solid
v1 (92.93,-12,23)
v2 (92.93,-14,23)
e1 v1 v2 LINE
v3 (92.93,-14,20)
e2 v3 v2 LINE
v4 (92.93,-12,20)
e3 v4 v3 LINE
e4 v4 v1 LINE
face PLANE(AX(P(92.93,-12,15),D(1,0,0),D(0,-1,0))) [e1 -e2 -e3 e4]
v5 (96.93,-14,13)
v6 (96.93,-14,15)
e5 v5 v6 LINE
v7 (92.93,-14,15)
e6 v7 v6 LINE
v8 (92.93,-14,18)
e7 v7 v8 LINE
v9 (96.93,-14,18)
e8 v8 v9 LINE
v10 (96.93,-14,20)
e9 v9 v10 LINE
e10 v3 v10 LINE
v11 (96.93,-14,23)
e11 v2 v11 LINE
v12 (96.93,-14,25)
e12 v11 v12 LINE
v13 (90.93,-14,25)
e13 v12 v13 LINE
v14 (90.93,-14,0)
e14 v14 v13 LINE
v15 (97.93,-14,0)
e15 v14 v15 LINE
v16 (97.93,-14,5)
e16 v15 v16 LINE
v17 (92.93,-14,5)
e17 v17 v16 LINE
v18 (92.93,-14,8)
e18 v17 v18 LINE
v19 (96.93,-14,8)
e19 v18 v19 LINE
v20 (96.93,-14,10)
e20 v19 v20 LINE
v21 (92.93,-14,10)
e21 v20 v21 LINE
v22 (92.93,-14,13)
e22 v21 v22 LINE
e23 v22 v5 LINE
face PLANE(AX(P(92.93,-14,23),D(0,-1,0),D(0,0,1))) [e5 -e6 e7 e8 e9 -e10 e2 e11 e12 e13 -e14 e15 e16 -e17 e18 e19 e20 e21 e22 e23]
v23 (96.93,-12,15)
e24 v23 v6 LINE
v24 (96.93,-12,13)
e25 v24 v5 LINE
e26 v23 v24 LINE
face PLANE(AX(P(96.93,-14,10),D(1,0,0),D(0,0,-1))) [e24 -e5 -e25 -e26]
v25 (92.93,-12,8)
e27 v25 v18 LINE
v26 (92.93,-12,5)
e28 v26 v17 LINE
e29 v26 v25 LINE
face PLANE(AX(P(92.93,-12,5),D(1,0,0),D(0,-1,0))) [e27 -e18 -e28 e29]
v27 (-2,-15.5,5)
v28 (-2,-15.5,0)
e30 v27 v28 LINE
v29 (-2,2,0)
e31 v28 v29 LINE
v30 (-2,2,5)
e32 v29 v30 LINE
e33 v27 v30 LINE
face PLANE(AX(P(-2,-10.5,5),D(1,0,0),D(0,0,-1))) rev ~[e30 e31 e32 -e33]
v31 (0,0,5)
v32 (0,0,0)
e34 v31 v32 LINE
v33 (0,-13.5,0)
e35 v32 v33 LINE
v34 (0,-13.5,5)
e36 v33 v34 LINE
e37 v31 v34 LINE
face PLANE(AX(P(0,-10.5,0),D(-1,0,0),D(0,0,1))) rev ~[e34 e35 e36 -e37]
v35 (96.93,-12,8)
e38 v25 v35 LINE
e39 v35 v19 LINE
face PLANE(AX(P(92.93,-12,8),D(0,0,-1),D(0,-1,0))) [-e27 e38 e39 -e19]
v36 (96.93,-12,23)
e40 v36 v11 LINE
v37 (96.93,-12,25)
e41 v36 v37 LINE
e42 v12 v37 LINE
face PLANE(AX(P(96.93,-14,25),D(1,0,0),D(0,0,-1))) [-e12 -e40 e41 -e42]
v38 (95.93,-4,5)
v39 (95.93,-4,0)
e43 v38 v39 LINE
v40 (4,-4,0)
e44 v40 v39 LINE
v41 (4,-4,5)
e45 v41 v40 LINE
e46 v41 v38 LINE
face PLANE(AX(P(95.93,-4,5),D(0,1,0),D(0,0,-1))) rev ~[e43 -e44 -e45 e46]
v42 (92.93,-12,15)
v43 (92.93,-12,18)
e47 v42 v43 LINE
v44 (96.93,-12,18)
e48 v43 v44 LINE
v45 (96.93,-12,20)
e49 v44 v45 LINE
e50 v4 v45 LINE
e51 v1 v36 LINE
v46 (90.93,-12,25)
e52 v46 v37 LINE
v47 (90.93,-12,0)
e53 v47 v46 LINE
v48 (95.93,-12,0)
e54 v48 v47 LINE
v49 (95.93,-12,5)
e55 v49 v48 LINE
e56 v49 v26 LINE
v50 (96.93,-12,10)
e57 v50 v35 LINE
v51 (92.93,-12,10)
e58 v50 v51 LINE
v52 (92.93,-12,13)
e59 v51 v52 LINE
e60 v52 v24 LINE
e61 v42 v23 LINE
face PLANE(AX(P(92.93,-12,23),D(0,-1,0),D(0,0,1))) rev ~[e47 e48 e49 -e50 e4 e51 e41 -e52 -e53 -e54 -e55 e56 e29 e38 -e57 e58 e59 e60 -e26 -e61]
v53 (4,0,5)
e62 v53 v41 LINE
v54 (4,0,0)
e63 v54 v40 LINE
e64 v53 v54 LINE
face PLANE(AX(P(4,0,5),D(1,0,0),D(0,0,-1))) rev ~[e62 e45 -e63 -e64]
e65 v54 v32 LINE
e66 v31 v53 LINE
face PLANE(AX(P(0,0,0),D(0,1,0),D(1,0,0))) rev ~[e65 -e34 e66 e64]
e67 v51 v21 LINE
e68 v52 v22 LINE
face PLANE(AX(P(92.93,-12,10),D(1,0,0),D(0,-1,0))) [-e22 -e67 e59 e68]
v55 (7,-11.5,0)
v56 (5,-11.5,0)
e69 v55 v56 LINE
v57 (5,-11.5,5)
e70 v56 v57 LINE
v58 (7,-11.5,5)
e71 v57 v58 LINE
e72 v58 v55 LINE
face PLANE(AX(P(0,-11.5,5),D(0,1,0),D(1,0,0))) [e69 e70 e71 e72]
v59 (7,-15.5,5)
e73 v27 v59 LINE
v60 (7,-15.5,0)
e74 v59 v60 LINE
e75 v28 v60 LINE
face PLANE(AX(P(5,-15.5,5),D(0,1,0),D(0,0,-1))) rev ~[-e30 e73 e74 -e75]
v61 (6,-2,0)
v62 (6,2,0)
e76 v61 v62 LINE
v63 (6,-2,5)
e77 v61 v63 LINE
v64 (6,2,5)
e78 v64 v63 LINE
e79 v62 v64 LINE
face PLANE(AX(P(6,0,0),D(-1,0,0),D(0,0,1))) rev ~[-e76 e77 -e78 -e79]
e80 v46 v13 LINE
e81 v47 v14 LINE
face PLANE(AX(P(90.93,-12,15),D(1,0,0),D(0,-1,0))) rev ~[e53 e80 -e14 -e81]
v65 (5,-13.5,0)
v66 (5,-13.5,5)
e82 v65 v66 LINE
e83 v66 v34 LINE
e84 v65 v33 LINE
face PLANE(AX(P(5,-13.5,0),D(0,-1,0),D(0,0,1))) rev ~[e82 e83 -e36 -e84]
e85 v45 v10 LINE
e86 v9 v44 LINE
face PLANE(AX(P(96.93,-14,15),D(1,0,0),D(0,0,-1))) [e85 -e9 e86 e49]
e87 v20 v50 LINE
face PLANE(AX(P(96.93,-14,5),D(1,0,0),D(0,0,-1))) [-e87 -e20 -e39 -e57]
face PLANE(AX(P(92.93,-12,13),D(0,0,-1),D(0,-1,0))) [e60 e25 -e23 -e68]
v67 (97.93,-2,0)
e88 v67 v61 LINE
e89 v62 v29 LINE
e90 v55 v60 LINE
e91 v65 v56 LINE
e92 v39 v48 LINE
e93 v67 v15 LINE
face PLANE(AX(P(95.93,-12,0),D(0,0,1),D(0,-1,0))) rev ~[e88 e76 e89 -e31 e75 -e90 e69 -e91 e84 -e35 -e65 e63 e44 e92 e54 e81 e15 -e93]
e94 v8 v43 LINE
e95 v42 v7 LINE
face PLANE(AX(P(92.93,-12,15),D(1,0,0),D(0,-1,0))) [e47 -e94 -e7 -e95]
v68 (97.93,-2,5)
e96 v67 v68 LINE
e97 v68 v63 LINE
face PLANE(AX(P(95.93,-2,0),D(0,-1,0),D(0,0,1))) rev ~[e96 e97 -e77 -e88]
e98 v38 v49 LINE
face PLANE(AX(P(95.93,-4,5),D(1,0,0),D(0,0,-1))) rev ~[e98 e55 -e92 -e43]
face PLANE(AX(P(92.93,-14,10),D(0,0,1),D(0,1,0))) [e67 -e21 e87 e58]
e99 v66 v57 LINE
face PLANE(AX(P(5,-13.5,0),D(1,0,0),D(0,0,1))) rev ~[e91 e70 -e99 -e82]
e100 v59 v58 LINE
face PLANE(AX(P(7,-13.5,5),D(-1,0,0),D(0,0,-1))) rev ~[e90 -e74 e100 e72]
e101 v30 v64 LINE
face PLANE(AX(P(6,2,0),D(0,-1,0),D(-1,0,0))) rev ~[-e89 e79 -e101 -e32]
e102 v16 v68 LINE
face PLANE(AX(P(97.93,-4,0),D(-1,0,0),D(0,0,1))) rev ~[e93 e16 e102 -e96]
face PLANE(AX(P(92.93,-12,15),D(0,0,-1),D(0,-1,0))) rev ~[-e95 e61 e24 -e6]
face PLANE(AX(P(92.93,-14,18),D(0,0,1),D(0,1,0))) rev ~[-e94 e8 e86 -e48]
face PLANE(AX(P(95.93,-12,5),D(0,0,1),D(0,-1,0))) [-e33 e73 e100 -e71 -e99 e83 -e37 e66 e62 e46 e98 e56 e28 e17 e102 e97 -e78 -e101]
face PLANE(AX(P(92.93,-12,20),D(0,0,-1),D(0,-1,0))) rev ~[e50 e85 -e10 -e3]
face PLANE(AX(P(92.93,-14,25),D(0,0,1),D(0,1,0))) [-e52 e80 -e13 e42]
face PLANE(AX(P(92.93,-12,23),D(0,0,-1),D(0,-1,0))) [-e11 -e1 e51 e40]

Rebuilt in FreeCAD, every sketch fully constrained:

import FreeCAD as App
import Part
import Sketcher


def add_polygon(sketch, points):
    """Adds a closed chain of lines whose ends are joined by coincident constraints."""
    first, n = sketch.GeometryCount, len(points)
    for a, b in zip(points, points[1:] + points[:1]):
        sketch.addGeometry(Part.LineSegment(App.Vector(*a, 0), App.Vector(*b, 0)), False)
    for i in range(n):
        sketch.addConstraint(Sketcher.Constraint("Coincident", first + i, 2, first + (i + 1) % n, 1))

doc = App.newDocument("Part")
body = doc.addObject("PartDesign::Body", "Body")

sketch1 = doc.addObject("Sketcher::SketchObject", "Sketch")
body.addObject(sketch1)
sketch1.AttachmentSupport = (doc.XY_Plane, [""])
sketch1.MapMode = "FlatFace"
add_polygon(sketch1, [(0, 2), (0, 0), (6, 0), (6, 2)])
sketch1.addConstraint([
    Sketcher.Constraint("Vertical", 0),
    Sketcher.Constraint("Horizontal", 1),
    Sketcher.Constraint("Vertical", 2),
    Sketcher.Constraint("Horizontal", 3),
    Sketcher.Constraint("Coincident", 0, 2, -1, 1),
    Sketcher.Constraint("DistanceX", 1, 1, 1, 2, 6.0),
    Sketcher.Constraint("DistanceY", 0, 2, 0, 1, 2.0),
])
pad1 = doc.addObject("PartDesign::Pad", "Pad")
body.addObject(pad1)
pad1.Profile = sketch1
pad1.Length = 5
==========
# ACTION ITEM
Of the entries above, repeat exactly the lines between the line with "e83 v66 v34 LINE" and the line with "e99 v66 v57 LINE", inclusive, and no others.

# WRITTEN RESPONSE
e83 v66 v34 LINE
e84 v65 v33 LINE
face PLANE(AX(P(5,-13.5,0),D(0,-1,0),D(0,0,1))) rev ~[e82 e83 -e36 -e84]
e85 v45 v10 LINE
e86 v9 v44 LINE
face PLANE(AX(P(96.93,-14,15),D(1,0,0),D(0,0,-1))) [e85 -e9 e86 e49]
e87 v20 v50 LINE
face PLANE(AX(P(96.93,-14,5),D(1,0,0),D(0,0,-1))) [-e87 -e20 -e39 -e57]
face PLANE(AX(P(92.93,-12,13),D(0,0,-1),D(0,-1,0))) [e60 e25 -e23 -e68]
v67 (97.93,-2,0)
e88 v67 v61 LINE
e89 v62 v29 LINE
e90 v55 v60 LINE
e91 v65 v56 LINE
e92 v39 v48 LINE
e93 v67 v15 LINE
face PLANE(AX(P(95.93,-12,0),D(0,0,1),D(0,-1,0))) rev ~[e88 e76 e89 -e31 e75 -e90 e69 -e91 e84 -e35 -e65 e63 e44 e92 e54 e81 e15 -e93]
e94 v8 v43 LINE
e95 v42 v7 LINE
face PLANE(AX(P(92.93,-12,15),D(1,0,0),D(0,-1,0))) [e47 -e94 -e7 -e95]
v68 (97.93,-2,5)
e96 v67 v68 LINE
e97 v68 v63 LINE
face PLANE(AX(P(95.93,-2,0),D(0,-1,0),D(0,0,1))) rev ~[e96 e97 -e77 -e88]
e98 v38 v49 LINE
face PLANE(AX(P(95.93,-4,5),D(1,0,0),D(0,0,-1))) rev ~[e98 e55 -e92 -e43]
face PLANE(AX(P(92.93,-14,10),D(0,0,1),D(0,1,0))) [e67 -e21 e87 e58]
e99 v66 v57 LINE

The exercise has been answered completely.